Introduction

In adults, melanoma is the primary tumor associated with the highest propensity to metastasize to the brain. Brain metastases are diagnosed in 7–10 % of patients with melanoma regardless of the stage, including 40–50 % of patients with stage IV metastatic melanoma (Sixth AJCC classification), and autopsies have shown metastases in up to 75 % of patients died from melanoma [13]. Main risk factors for brain metastases include the male sex, mucosal malignant melanoma, location to the head or neck, and a high Breslow thickness. They are most often multiple at the time of diagnosis. However, performing more systematically radiological evaluations has allowed diagnosing more frequently asymptomatic metastases, in particular by MRI. They are associated with a poor prognosis: they are fatal in 95 % of patients, and the estimated median survival after occurrence is of 3–6 months [2, 46]. Recent therapeutic advances in vemurafenib, ipilimumab and more recently dabrafenib therapies have improved patient survival, leading to a higher risk of brain metastases. Some studies suggest that these new treatments could be effective on brain metastases with intracranial response rates of 16–50 % under vemurafenib, 31–39 % under dabrafenib and 5–25 % under ipilimumab [7]. Previously, the efficacy of chemotherapy has been shown in only less than 10 % of patients, without impacting the progression-free or overall survival [6, 7]. Whole brain radiotherapy, alone is not efficient. Conversely, the local control is improved at 1 year with stereotactic radiosurgery in up to 75 % of patients with only few small metastases, without any benefit outside of the radiation field. Management of brain metastases remains therefore a major therapeutic issue.

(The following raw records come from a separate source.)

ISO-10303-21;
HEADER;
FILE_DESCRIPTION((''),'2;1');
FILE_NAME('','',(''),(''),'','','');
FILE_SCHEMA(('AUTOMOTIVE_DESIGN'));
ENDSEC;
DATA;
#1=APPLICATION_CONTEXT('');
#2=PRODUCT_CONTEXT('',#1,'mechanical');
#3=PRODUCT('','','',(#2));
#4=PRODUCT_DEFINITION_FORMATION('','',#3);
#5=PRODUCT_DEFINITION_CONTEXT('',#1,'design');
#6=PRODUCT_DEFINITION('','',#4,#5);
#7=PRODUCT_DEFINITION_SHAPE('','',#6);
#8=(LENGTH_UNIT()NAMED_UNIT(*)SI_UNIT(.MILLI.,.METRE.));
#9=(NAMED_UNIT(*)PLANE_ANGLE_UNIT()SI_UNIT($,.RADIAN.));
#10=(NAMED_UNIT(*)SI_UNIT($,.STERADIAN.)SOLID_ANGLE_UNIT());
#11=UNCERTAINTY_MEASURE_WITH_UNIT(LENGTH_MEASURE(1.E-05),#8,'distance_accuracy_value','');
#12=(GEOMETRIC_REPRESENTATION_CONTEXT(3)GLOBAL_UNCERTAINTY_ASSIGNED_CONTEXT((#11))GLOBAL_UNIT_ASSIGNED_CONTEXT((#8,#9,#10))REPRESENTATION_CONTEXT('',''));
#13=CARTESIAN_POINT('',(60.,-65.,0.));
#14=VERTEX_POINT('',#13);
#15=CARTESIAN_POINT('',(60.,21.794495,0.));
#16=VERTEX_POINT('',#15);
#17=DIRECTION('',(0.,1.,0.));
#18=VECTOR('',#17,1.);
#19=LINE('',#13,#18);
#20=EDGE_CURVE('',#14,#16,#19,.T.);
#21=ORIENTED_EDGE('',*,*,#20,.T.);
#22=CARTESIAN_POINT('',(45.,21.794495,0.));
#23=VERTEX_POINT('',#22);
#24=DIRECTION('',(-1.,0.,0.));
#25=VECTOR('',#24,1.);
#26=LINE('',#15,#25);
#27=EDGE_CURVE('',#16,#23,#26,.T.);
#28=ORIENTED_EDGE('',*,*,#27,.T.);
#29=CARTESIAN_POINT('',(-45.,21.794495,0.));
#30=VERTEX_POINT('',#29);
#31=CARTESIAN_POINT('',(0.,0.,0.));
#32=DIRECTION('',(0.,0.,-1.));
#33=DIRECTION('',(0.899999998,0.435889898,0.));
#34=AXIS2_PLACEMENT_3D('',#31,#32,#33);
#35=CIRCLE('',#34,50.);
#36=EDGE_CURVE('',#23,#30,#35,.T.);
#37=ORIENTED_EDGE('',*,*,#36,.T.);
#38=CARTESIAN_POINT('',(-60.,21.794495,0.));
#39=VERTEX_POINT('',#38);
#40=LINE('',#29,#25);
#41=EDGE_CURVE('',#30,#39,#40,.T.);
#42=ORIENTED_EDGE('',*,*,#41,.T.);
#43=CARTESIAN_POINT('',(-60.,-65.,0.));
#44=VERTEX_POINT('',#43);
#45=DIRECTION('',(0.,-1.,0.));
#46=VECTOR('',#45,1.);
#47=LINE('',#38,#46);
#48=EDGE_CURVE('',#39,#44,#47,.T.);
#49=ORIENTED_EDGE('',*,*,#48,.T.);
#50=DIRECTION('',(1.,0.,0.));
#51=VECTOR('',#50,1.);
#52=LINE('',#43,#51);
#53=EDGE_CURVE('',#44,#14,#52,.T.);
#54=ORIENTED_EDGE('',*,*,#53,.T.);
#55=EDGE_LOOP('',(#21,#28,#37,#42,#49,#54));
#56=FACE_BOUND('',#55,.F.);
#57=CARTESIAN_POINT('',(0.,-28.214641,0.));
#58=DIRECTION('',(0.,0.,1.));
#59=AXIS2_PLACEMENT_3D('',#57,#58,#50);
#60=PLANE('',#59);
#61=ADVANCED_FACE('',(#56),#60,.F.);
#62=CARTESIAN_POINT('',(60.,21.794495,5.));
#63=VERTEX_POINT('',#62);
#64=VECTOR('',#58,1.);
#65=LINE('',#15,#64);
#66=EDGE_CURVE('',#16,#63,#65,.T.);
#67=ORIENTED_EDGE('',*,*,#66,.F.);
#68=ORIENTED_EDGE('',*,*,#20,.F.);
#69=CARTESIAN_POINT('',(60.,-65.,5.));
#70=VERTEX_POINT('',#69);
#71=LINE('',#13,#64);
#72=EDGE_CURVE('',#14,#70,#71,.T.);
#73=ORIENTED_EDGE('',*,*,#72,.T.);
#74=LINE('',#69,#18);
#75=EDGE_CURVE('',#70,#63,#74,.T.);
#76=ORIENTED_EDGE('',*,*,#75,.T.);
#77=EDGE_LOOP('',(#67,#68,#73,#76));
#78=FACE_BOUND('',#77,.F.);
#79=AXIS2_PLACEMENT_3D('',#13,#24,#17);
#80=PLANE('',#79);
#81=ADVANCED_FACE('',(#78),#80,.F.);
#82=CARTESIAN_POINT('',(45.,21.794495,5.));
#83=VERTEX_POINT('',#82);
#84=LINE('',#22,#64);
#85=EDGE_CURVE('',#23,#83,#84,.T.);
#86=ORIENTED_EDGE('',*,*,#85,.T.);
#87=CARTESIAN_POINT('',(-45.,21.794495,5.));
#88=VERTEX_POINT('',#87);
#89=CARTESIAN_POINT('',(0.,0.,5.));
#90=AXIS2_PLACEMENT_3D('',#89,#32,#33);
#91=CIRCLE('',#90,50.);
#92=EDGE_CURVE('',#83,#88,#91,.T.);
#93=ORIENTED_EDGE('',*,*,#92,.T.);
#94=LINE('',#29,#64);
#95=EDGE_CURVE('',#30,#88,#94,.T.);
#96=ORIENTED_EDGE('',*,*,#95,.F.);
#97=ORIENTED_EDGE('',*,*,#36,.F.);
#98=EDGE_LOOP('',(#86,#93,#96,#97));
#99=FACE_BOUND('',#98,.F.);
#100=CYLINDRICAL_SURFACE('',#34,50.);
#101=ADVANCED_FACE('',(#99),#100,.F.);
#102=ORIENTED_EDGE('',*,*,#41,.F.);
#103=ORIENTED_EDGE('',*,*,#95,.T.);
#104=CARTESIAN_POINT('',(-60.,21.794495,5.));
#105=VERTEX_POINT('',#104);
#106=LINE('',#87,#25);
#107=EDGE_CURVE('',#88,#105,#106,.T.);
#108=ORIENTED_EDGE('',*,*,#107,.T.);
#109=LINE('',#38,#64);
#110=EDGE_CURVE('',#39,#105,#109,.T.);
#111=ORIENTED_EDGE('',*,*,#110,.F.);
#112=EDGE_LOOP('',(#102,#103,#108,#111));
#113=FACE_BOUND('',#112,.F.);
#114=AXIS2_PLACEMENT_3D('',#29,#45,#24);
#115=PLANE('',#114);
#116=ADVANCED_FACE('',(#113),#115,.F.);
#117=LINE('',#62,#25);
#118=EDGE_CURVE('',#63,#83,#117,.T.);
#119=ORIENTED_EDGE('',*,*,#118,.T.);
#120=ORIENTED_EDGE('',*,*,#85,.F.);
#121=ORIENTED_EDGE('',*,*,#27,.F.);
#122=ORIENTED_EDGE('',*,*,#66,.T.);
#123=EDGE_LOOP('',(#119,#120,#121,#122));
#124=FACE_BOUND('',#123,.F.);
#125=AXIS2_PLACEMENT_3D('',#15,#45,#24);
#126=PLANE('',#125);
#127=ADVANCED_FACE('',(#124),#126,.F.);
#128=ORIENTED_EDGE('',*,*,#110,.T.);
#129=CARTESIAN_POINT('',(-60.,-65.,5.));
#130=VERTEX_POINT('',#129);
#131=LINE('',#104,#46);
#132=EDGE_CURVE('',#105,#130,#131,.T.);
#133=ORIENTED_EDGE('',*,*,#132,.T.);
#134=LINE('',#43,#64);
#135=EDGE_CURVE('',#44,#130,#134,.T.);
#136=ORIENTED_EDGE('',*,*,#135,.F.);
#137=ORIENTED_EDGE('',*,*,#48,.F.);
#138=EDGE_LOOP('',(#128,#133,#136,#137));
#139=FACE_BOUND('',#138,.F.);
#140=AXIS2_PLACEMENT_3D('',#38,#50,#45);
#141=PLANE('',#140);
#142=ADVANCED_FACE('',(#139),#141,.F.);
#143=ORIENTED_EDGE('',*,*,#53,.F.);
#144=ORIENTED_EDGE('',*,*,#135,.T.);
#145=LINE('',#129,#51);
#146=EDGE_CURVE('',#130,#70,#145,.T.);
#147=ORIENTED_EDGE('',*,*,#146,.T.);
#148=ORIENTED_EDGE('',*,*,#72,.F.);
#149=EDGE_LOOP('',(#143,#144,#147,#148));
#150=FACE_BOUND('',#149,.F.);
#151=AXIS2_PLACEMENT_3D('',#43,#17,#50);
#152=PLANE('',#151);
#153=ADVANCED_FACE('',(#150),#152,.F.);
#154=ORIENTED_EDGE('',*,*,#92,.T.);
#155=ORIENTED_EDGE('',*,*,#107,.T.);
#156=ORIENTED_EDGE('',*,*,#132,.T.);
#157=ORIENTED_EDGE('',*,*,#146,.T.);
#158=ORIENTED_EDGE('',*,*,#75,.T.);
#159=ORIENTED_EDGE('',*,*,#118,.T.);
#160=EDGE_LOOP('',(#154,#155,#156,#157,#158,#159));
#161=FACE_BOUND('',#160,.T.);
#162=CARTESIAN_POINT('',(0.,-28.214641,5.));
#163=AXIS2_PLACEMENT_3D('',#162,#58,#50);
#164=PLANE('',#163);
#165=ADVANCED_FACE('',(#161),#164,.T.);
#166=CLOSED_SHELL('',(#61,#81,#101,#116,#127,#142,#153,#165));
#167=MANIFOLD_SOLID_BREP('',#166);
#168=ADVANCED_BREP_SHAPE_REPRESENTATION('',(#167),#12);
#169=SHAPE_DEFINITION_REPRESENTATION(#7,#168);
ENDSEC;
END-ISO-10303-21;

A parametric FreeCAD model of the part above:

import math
import FreeCAD as App
import Part
import Sketcher

V = App.Vector
Q = App.Units.Quantity

doc = App.newDocument("Part")
body = doc.addObject("PartDesign::Body", "Body")

# Sketch on XY plane
sketch1 = body.newObject("Sketcher::SketchObject", "Sketch")
sketch1.AttachmentSupport = (doc.getObject("XY_Plane"), [""])
sketch1.MapMode = "FlatFace"
sketch1.addGeometry([
    Part.ArcOfCircle(Part.Circle(V(0, 0, 0), V(0, 0, 1), 50), math.radians(154), math.radians(386)),  # 0
    Part.LineSegment(V(-45, 22, 0), V(-60, 22, 0)),  # 1
    Part.LineSegment(V(-60, 22, 0), V(-60, -65, 0)),  # 2
    Part.LineSegment(V(-60, -65, 0), V(60, -65, 0)),  # 3
    Part.LineSegment(V(60, -65, 0), V(60, 22, 0)),  # 4
    Part.LineSegment(V(60, 22, 0), V(45, 22, 0)),  # 5
], False)
sketch1.addConstraint([
    Sketcher.Constraint("Coincident", 0, 1, 1, 1),
    Sketcher.Constraint("Coincident", 1, 2, 2, 1),
    Sketcher.Constraint("Coincident", 2, 2, 3, 1),
    Sketcher.Constraint("Coincident", 3, 2, 4, 1),
    Sketcher.Constraint("Coincident", 4, 2, 5, 1),
    Sketcher.Constraint("Coincident", 5, 2, 0, 2),
    Sketcher.Constraint("Horizontal", 1),
    Sketcher.Constraint("Vertical", 2),
    Sketcher.Constraint("Horizontal", 3),
    Sketcher.Constraint("Vertical", 4),
    Sketcher.Constraint("Horizontal", 5),
    Sketcher.Constraint("Coincident", 0, 3, -1, 1),
    Sketcher.Constraint("Symmetric", 1, 2, 4, 2, -2),
    Sketcher.Constraint("Radius", 0, Q("50 mm")),
    Sketcher.Constraint("DistanceX", 1, 2, 1, 1, Q("15 mm")),
    Sketcher.Constraint("DistanceX", 3, 1, 3, 2, Q("120 mm")),
    Sketcher.Constraint("DistanceY", 2, 2, -1, 1, Q("65 mm")),
])
pad1 = body.newObject("PartDesign::Pad", "Pad")
pad1.Profile = sketch1
pad1.Length = 5

doc.recompute()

The BRAF oncogene encodes the protein kinase BRAF which belongs to the mitogen-activated protein kinase (MAPK) pathway and controls cell proliferation, differentiation, growth, survival and apoptosis [5]. An activating BRAF mutation is found in 60 % of cutaneous melanomas and corresponds to the V600E mutation in 75 % of cases. Vemurafenib, a BRAF-targeted therapy, is indicated for unresectable stage III or IV BRAF V600-mutant melanomas (Sixth AJCC classification). We report for the first time the incidence and progressive features of brain metastases in melanoma patients treated with vemurafenib.

Patients and methods

Patients

We included all patients treated with vemurafenib from November 2010 to November 2013 in the Dermato-Cancerology Department of Nantes University Hospital for BRAF V600-mutated metastatic melanoma. Exclusion criteria were: melanomas with brain involvement before treatment initiation and the absence of the first assessment scan in patients treated for less than 2 months. The initial dose of vemurafenib was 960 mg twice daily, with adaptation in case of toxicity according to the recommendations of the Summary of Product Characteristics.

Assessments

Patients underwent systematic tumor assessment through brain, chest, abdominal and pelvic scan before vemurafenib initiation, at month 2, and every 3 months thereafter. Brain imaging was also performed at the onset of neurological symptoms. Diagnosis of brain metastases was based on scan findings, sometimes completed with a MRI in case of doubt or stereotactic radiotherapy indication. Tumor responses were determined according to the Response Evaluation Criteria in Solid Tumors (RECIST), version 1.1.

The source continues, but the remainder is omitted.